# 3 Ways to Find the Height of a Triangle

To calculate the area of ​​a triangle, you need to know its height. If this information is not given in the problem, it is easy to calculate it based on what you already know! This article will teach you two different ways to find the height of a triangle, depending on what information you have been given.

## Steps

### Method 1 of 3: Using Base and Area to Find Height

#### Step 1. Recall the formula for finding the area of ​​a triangle

She is represented by A = ½ bh.

• THE = area of ​​the triangle.
• B = length of triangle base.
• H = height of the base of the triangle.

#### Step 2. Look at the triangle and determine which variables are known

In this case, you already know the area value, so you can use it to define THE. You must also know the length value of one side; set this value to B. If you don't know the area and length of a side, you will have to use another method.

• Any side of the triangle can be the base, no matter how it is drawn.

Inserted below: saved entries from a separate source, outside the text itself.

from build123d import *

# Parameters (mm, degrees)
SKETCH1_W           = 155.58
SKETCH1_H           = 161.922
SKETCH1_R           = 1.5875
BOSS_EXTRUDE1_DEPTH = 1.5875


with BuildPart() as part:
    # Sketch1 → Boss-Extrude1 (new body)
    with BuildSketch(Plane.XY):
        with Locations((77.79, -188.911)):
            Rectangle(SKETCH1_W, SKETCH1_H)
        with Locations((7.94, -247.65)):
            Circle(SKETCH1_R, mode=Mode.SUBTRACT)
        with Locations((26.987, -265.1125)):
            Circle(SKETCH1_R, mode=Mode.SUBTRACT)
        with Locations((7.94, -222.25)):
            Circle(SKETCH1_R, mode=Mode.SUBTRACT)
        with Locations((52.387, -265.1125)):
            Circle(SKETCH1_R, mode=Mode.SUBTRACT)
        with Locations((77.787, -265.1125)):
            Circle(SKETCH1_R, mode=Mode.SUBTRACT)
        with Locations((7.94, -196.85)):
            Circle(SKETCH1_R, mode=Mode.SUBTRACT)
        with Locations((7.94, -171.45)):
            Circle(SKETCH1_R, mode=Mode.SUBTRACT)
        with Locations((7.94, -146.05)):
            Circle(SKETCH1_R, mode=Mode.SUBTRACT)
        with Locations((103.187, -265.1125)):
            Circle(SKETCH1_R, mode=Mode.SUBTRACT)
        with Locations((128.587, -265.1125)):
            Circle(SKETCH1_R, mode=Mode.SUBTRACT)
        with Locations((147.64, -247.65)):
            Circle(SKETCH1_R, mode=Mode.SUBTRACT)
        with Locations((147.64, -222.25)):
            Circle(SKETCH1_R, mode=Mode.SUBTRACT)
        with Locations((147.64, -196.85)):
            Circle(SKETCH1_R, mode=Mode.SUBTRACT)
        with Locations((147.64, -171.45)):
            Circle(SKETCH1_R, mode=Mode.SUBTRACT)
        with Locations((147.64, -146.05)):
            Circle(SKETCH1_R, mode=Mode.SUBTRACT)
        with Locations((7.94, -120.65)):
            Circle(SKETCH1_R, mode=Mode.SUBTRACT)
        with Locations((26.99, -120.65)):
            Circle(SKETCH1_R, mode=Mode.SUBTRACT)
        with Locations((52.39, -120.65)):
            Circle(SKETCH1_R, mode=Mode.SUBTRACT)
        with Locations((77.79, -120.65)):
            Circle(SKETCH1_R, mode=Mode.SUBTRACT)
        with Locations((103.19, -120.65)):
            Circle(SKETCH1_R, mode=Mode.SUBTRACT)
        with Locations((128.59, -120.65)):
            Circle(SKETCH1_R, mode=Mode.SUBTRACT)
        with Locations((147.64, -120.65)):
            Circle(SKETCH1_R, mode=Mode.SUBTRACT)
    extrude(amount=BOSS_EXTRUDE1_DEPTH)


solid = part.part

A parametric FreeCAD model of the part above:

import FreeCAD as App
import Part
import Sketcher
from FreeCAD import Vector
Q = App.Units.Quantity


def add_polygon(sketch, points):
    """Adds a closed chain of lines whose ends are joined by coincident constraints."""
    first, n = sketch.GeometryCount, len(points)
    for a, b in zip(points, points[1:] + points[:1]):
        sketch.addGeometry(Part.LineSegment(App.Vector(*a, 0), App.Vector(*b, 0)), False)
    for i in range(n):
        sketch.addConstraint(Sketcher.Constraint("Coincident", first + i, 2, first + (i + 1) % n, 1))

doc = App.newDocument("Part")
params = doc.addObject("Spreadsheet::Sheet", "Params")
for row, (alias, value) in enumerate([
    ("sketch1_diameter", "0.125 in"),
    ("pad1_length", "0.0625 in"),
], start=1):
    params.set(f"A{row}", alias)
    params.set(f"B{row}", "=" + value)
    params.setAlias(f"B{row}", alias)

body = doc.addObject("PartDesign::Body", "Body")

sketch1 = doc.addObject("Sketcher::SketchObject", "Sketch")
body.addObject(sketch1)
sketch1.AttachmentSupport = (doc.XY_Plane, [""])
sketch1.MapMode = "FlatFace"
add_polygon(sketch1, [(0, -107.95), (0, -269.872), (155.58, -269.872), (155.58, -107.95)])
sketch1.addGeometry(Part.Circle(Vector(26.987, -265.1125, 0), Vector(0, 0, 1), 1.5875), False)
sketch1.addGeometry(Part.Circle(Vector(7.94, -247.65, 0), Vector(0, 0, 1), 1.5875), False)
sketch1.addGeometry(Part.Circle(Vector(52.387, -265.1125, 0), Vector(0, 0, 1), 1.5875), False)
sketch1.addGeometry(Part.Circle(Vector(77.787, -265.1125, 0), Vector(0, 0, 1), 1.5875), False)
sketch1.addGeometry(Part.Circle(Vector(7.94, -222.25, 0), Vector(0, 0, 1), 1.5875), False)
sketch1.addGeometry(Part.Circle(Vector(7.94, -196.85, 0), Vector(0, 0, 1), 1.5875), False)
sketch1.addGeometry(Part.Circle(Vector(103.187, -265.1125, 0), Vector(0, 0, 1), 1.5875), False)
sketch1.addGeometry(Part.Circle(Vector(128.587, -265.1125, 0), Vector(0, 0, 1), 1.5875), False)
sketch1.addGeometry(Part.Circle(Vector(147.64, -247.65, 0), Vector(0, 0, 1), 1.5875), False)
sketch1.addGeometry(Part.Circle(Vector(147.64, -222.25, 0), Vector(0, 0, 1), 1.5875), False)
sketch1.addGeometry(Part.Circle(Vector(147.64, -196.85, 0), Vector(0, 0, 1), 1.5875), False)
sketch1.addGeometry(Part.Circle(Vector(7.94, -171.45, 0), Vector(0, 0, 1), 1.5875), False)
sketch1.addGeometry(Part.Circle(Vector(7.94, -146.05, 0), Vector(0, 0, 1), 1.5875), False)
sketch1.addGeometry(Part.Circle(Vector(7.94, -120.65, 0), Vector(0, 0, 1), 1.5875), False)
sketch1.addGeometry(Part.Circle(Vector(26.99, -120.65, 0), Vector(0, 0, 1), 1.5875), False)
sketch1.addGeometry(Part.Circle(Vector(52.39, -120.65, 0), Vector(0, 0, 1), 1.5875), False)
sketch1.addGeometry(Part.Circle(Vector(147.64, -171.45, 0), Vector(0, 0, 1), 1.5875), False)
sketch1.addGeometry(Part.Circle(Vector(77.79, -120.65, 0), Vector(0, 0, 1), 1.5875), False)
sketch1.addGeometry(Part.Circle(Vector(103.19, -120.65, 0), Vector(0, 0, 1), 1.5875), False)
sketch1.addGeometry(Part.Circle(Vector(147.64, -146.05, 0), Vector(0, 0, 1), 1.5875), False)
sketch1.addGeometry(Part.Circle(Vector(128.59, -120.65, 0), Vector(0, 0, 1), 1.5875), False)
sketch1.addGeometry(Part.Circle(Vector(147.64, -120.65, 0), Vector(0, 0, 1), 1.5875), False)
sketch1.addConstraint([
    Sketcher.Constraint("Vertical", 0),
    Sketcher.Constraint("Horizontal", 1),
    Sketcher.Constraint("Vertical", 2),
    Sketcher.Constraint("Horizontal", 3),
    Sketcher.Constraint("Equal", 4, 5),
    Sketcher.Constraint("Equal", 5, 6),
    Sketcher.Constraint("Equal", 6, 7),
    Sketcher.Constraint("Equal", 7, 8),
    Sketcher.Constraint("Equal", 8, 9),
    Sketcher.Constraint("Equal", 9, 10),
    Sketcher.Constraint("Equal", 10, 11),
    Sketcher.Constraint("Equal", 11, 12),
    Sketcher.Constraint("Equal", 12, 13),
    Sketcher.Constraint("Equal", 13, 14),
    Sketcher.Constraint("Equal", 14, 15),
    Sketcher.Constraint("Equal", 15, 16),
    Sketcher.Constraint("Equal", 16, 17),
    Sketcher.Constraint("Equal", 17, 18),
    Sketcher.Constraint("Equal", 18, 19),
    Sketcher.Constraint("Equal", 19, 20),
    Sketcher.Constraint("Equal", 20, 21),
    Sketcher.Constraint("Equal", 21, 22),
    Sketcher.Constraint("Equal", 22, 23),
    Sketcher.Constraint("Equal", 23, 24),
    Sketcher.Constraint("Equal", 24, 25),
    Sketcher.Constraint("PointOnObject", 0, 2, -2),
    Sketcher.Constraint("Horizontal", 4, 3, 6, 3),
    Sketcher.Constraint("Horizontal", 6, 3, 7, 3),
    Sketcher.Constraint("Horizontal", 7, 3, 10, 3),
    Sketcher.Constraint("Horizontal", 10, 3, 11, 3),
    Sketcher.Constraint("Horizontal", 5, 3, 12, 3),
    Sketcher.Constraint("Horizontal", 8, 3, 13, 3),
    Sketcher.Constraint("Horizontal", 9, 3, 14, 3),
    Sketcher.Constraint("Horizontal", 17, 3, 18, 3),
    Sketcher.Constraint("Horizontal", 18, 3, 19, 3),
    Sketcher.Constraint("Horizontal", 15, 3, 20, 3),
    Sketcher.Constraint("Horizontal", 19, 3, 21, 3),
    Sketcher.Constraint("Horizontal", 21, 3, 22, 3),
    Sketcher.Constraint("Horizontal", 16, 3, 23, 3),
    Sketcher.Constraint("Horizontal", 22, 3, 24, 3),
    Sketcher.Constraint("Horizontal", 24, 3, 25, 3),
    Sketcher.Constraint("Vertical", 5, 3, 8, 3),
    Sketcher.Constraint("Vertical", 8, 3, 9, 3),
    Sketcher.Constraint("Vertical", 12, 3, 13, 3),
    Sketcher.Constraint("Vertical", 13, 3, 14, 3),
    Sketcher.Constraint("Vertical", 9, 3, 15, 3),
    Sketcher.Constraint("Vertical", 15, 3, 16, 3),
    Sketcher.Constraint("Vertical", 16, 3, 17, 3),
    Sketcher.Constraint("Vertical", 14, 3, 20, 3),
    Sketcher.Constraint("Vertical", 20, 3, 23, 3),
    Sketcher.Constraint("Vertical", 23, 3, 25, 3),
    Sketcher.Constraint("Diameter", 4, Q("0.125 in")),
    Sketcher.Constraint("DistanceX", 4, 3, 6, 3, Q("1 in")),
    Sketcher.Constraint("DistanceX", 6, 3, 7, 3, Q("1 in")),
    Sketcher.Constraint("DistanceY", 5, 3, 8, 3, Q("1 in")),
    Sketcher.Constraint("DistanceY", 8, 3, 9, 3, Q("1 in")),
    Sketcher.Constraint("DistanceX", 7, 3, 10, 3, Q("1 in")),
    Sketcher.Constraint("DistanceX", 10, 3, 11, 3, Q("1 in")),
    Sketcher.Constraint("DistanceY", 9, 3, 15, 3, Q("1 in")),
    Sketcher.Constraint("DistanceY", 15, 3, 16, 3, Q("1 in")),
    Sketcher.Constraint("DistanceY", 16, 3, 17, 3, Q("1 in")),
    Sketcher.Constraint("DistanceX", 18, 3, 19, 3, Q("1 in")),
    Sketcher.Constraint("DistanceX", 19, 3, 21, 3, Q("1 in")),
    Sketcher.Constraint("DistanceX", 21, 3, 22, 3, Q("1 in")),
    Sketcher.Constraint("DistanceX", 22, 3, 24, 3, Q("1 in")),
    Sketcher.Constraint("DistanceY", 25, 3, 2, 2, Q("0.5 in")),
    Sketcher.Constraint("DistanceY", 5, 3, -1, 1, Q("9.75 in")),
    Sketcher.Constraint("DistanceX", 17, 3, 18, 3, Q("0.75 in")),
    Sketcher.Constraint("DistanceX", 21, 3, 20, 3, Q("2.75 in")),
    Sketcher.Constraint("DistanceY", 4, 3, -1, 1, Q("10.4375 in")),
    Sketcher.Constraint("DistanceX", 1, 1, 1, 2, Q("155.58 mm")),
    Sketcher.Constraint("DistanceY", 0, 2, 0, 1, Q("161.922 mm")),
    Sketcher.Constraint("DistanceX", -1, 1, 4, 3, Q("26.987 mm")),
    Sketcher.Constraint("DistanceX", -1, 1, 5, 3, Q("7.94 mm")),
])
sketch1.setExpression("Constraints[55]", "Params.sketch1_diameter")
pad1 = doc.addObject("PartDesign::Pad", "Pad")
body.addObject(pad1)
pad1.Profile = sketch1
pad1.setExpression("Length", "Params.pad1_length")

doc.recompute()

To visualize this concept, imagine rotating the triangle until the known side length is the bottom.
• For example, if you know that the area of ​​a triangle is equal to 20, and one of its sides is 4, then: A = 20 and b = 4.

#### Step 3. Enter the values ​​into the equation A = ½ bh and do the calculations

First, multiply the base (B) by ½ and then divide the area (THE) for the product. The resulting value will represent the height of the triangle!

• In our example: 20 = ½ (4) h
• 20 = 2 h
• 10 = h

### Method 2 of 3: Finding the Height of an Equilateral Triangle

#### Step 1. Recall the properties of an equilateral triangle

An equilateral triangle has three equal sides and three equal angles, 60 degrees each. If you cut it in half, there are two congruent right triangles left.

### In this example, we will use an equilateral triangle with 8-gauge sides

#### Step 2. Recall the Pythagorean Theorem

Pythagoras' theorem states that for any right triangle with measure legs The and B and a long hypotenuse ç, The2 + b2 = c. We can use this equation to figure out the height of our equilateral triangle.

#### Step 3. Divide the equilateral triangle in half and set values ​​for variables a, b, and c

the hypotenuse ç will be equal to the original side length. the collared The will have a measurement equal to ½ of the side length and the side B represents the height of the triangle we want to discover.

• Using the equilateral triangle from our example, with sides measuring 8, c = 8 and a = 4.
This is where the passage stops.